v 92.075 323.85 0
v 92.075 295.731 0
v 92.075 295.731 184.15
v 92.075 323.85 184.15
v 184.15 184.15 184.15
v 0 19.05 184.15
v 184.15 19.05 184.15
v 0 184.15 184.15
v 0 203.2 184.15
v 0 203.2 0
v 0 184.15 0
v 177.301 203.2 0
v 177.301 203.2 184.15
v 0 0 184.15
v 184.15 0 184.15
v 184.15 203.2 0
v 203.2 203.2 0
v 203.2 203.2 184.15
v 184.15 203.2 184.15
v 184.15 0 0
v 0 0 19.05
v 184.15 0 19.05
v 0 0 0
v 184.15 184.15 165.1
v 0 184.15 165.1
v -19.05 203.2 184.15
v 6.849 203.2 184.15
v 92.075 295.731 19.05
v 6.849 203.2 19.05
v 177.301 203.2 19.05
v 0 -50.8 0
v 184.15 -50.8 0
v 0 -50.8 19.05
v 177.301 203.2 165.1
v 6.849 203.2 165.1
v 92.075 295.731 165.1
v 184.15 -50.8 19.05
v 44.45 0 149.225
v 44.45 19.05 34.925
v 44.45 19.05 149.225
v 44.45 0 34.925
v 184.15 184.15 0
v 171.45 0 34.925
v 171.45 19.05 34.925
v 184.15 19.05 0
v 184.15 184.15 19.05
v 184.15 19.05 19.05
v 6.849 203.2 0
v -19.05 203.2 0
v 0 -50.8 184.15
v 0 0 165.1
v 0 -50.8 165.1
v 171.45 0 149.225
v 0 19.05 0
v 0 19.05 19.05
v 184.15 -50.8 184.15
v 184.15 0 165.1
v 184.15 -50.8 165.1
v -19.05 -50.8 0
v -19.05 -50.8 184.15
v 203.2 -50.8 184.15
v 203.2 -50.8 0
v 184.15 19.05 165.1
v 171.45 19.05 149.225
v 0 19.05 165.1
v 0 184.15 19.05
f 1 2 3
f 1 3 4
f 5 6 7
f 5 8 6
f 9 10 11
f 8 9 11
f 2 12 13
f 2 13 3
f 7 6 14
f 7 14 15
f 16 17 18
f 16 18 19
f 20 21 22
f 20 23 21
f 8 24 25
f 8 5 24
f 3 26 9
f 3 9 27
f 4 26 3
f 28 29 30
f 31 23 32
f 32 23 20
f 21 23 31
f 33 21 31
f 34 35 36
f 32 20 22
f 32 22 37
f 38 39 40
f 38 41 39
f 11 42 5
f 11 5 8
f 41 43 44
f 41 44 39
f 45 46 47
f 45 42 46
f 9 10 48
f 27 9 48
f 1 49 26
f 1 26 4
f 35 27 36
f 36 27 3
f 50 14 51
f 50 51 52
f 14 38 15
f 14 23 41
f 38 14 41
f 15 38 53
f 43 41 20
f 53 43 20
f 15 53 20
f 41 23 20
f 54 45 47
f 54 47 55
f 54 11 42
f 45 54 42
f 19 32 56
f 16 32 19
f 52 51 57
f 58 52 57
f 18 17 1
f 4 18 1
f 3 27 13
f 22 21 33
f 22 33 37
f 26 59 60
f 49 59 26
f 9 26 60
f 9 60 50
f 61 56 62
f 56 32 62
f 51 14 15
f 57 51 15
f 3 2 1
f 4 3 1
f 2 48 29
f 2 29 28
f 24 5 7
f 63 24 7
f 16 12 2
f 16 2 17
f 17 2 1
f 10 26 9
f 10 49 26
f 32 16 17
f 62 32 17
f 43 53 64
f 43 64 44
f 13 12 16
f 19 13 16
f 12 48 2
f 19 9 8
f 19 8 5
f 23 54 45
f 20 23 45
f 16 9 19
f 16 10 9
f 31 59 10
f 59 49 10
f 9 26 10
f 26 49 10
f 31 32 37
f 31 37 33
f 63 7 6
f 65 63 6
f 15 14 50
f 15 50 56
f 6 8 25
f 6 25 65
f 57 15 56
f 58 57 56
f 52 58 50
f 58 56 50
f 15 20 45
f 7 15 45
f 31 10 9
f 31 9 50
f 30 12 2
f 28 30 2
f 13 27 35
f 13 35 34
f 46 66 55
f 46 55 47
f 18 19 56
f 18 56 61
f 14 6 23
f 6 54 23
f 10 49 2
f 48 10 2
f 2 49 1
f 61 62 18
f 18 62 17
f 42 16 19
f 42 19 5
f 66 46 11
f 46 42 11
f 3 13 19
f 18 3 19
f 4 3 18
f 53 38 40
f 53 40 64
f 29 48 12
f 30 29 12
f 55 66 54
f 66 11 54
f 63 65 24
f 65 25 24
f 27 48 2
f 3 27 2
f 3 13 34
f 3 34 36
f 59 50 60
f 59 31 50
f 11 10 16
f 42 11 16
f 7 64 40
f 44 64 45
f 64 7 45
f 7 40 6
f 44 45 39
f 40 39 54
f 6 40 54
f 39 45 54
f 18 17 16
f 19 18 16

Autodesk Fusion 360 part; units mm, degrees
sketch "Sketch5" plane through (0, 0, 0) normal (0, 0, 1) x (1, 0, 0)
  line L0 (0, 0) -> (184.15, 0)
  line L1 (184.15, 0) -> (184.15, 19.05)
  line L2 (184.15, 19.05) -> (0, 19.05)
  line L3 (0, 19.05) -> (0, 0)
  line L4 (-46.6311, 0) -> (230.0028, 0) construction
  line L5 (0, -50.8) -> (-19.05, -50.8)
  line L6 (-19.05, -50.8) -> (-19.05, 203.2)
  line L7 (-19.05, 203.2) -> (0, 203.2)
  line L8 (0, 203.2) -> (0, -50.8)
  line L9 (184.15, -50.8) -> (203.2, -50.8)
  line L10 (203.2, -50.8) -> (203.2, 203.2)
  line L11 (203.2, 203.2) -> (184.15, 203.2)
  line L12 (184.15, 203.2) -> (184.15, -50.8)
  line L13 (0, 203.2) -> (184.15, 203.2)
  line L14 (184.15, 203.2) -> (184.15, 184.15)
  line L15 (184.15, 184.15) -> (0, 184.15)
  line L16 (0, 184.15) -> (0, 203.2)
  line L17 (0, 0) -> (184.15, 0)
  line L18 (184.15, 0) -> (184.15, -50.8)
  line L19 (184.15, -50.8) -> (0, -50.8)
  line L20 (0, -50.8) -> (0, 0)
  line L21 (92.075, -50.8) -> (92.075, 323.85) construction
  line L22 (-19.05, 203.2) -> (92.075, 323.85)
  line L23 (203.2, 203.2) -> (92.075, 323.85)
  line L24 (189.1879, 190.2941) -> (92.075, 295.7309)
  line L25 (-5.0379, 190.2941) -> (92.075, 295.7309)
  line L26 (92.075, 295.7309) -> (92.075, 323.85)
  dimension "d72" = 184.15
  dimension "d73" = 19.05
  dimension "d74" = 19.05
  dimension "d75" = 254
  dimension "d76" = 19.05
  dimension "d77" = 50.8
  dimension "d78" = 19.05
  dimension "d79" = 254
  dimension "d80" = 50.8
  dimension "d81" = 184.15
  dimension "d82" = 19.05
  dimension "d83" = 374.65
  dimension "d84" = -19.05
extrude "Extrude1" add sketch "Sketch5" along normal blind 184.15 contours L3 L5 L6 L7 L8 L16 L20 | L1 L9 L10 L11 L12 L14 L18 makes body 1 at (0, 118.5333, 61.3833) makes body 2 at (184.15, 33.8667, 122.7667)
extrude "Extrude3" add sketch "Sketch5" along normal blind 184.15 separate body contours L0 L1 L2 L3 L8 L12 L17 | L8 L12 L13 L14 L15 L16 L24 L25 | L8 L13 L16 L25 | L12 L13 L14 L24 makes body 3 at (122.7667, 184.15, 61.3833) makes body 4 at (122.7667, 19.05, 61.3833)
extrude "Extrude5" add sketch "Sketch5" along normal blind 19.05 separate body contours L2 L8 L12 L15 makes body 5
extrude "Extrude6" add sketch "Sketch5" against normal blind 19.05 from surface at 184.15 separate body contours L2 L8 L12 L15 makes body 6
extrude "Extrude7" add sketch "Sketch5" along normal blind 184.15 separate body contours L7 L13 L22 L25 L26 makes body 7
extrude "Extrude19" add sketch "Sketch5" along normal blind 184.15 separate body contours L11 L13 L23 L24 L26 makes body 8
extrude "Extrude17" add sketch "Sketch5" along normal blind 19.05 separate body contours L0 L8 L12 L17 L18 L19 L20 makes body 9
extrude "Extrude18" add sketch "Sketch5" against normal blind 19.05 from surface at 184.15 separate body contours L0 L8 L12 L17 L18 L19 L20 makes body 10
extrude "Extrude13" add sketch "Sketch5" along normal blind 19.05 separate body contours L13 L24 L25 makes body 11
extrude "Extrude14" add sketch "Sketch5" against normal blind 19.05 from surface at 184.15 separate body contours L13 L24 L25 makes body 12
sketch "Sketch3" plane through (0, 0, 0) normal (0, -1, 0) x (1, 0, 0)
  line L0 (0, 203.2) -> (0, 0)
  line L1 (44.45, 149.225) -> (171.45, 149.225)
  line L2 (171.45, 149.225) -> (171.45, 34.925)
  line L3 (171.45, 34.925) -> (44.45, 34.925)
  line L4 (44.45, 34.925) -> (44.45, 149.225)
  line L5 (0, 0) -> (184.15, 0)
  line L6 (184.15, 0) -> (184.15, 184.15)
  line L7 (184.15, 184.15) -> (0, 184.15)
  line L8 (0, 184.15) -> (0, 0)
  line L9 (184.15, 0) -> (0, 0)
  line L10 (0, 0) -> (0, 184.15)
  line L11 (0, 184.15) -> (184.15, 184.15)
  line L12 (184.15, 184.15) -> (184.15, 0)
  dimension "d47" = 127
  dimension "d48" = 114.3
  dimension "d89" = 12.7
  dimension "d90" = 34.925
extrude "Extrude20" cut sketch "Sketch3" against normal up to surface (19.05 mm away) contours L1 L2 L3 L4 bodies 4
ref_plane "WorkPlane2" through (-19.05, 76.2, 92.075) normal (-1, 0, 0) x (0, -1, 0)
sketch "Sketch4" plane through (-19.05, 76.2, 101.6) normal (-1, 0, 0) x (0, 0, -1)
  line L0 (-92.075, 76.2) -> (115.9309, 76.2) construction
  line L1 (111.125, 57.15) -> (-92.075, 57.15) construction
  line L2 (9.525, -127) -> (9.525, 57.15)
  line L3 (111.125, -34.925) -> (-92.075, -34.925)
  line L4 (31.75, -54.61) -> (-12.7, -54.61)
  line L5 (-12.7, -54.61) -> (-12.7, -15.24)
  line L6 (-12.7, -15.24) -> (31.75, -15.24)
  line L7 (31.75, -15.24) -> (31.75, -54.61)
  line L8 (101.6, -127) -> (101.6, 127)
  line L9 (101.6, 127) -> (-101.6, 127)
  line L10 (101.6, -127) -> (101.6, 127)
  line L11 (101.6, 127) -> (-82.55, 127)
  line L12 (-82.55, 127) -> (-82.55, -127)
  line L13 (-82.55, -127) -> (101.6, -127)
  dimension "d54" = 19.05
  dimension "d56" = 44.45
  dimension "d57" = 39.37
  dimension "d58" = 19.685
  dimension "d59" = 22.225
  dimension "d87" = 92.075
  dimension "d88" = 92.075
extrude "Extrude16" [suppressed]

● ● ● ● ● ● ●

Retype every line up to and including the one that contains "v 0 0 165.1", beginning at the first line of the records, with no edits.

• _REPLY_:
v 92.075 323.85 0
v 92.075 295.731 0
v 92.075 295.731 184.15
v 92.075 323.85 184.15
v 184.15 184.15 184.15
v 0 19.05 184.15
v 184.15 19.05 184.15
v 0 184.15 184.15
v 0 203.2 184.15
v 0 203.2 0
v 0 184.15 0
v 177.301 203.2 0
v 177.301 203.2 184.15
v 0 0 184.15
v 184.15 0 184.15
v 184.15 203.2 0
v 203.2 203.2 0
v 203.2 203.2 184.15
v 184.15 203.2 184.15
v 184.15 0 0
v 0 0 19.05
v 184.15 0 19.05
v 0 0 0
v 184.15 184.15 165.1
v 0 184.15 165.1
v -19.05 203.2 184.15
v 6.849 203.2 184.15
v 92.075 295.731 19.05
v 6.849 203.2 19.05
v 177.301 203.2 19.05
v 0 -50.8 0
v 184.15 -50.8 0
v 0 -50.8 19.05
v 177.301 203.2 165.1
v 6.849 203.2 165.1
v 92.075 295.731 165.1
v 184.15 -50.8 19.05
v 44.45 0 149.225
v 44.45 19.05 34.925
v 44.45 19.05 149.225
v 44.45 0 34.925
v 184.15 184.15 0
v 171.45 0 34.925
v 171.45 19.05 34.925
v 184.15 19.05 0
v 184.15 184.15 19.05
v 184.15 19.05 19.05
v 6.849 203.2 0
v -19.05 203.2 0
v 0 -50.8 184.15
v 0 0 165.1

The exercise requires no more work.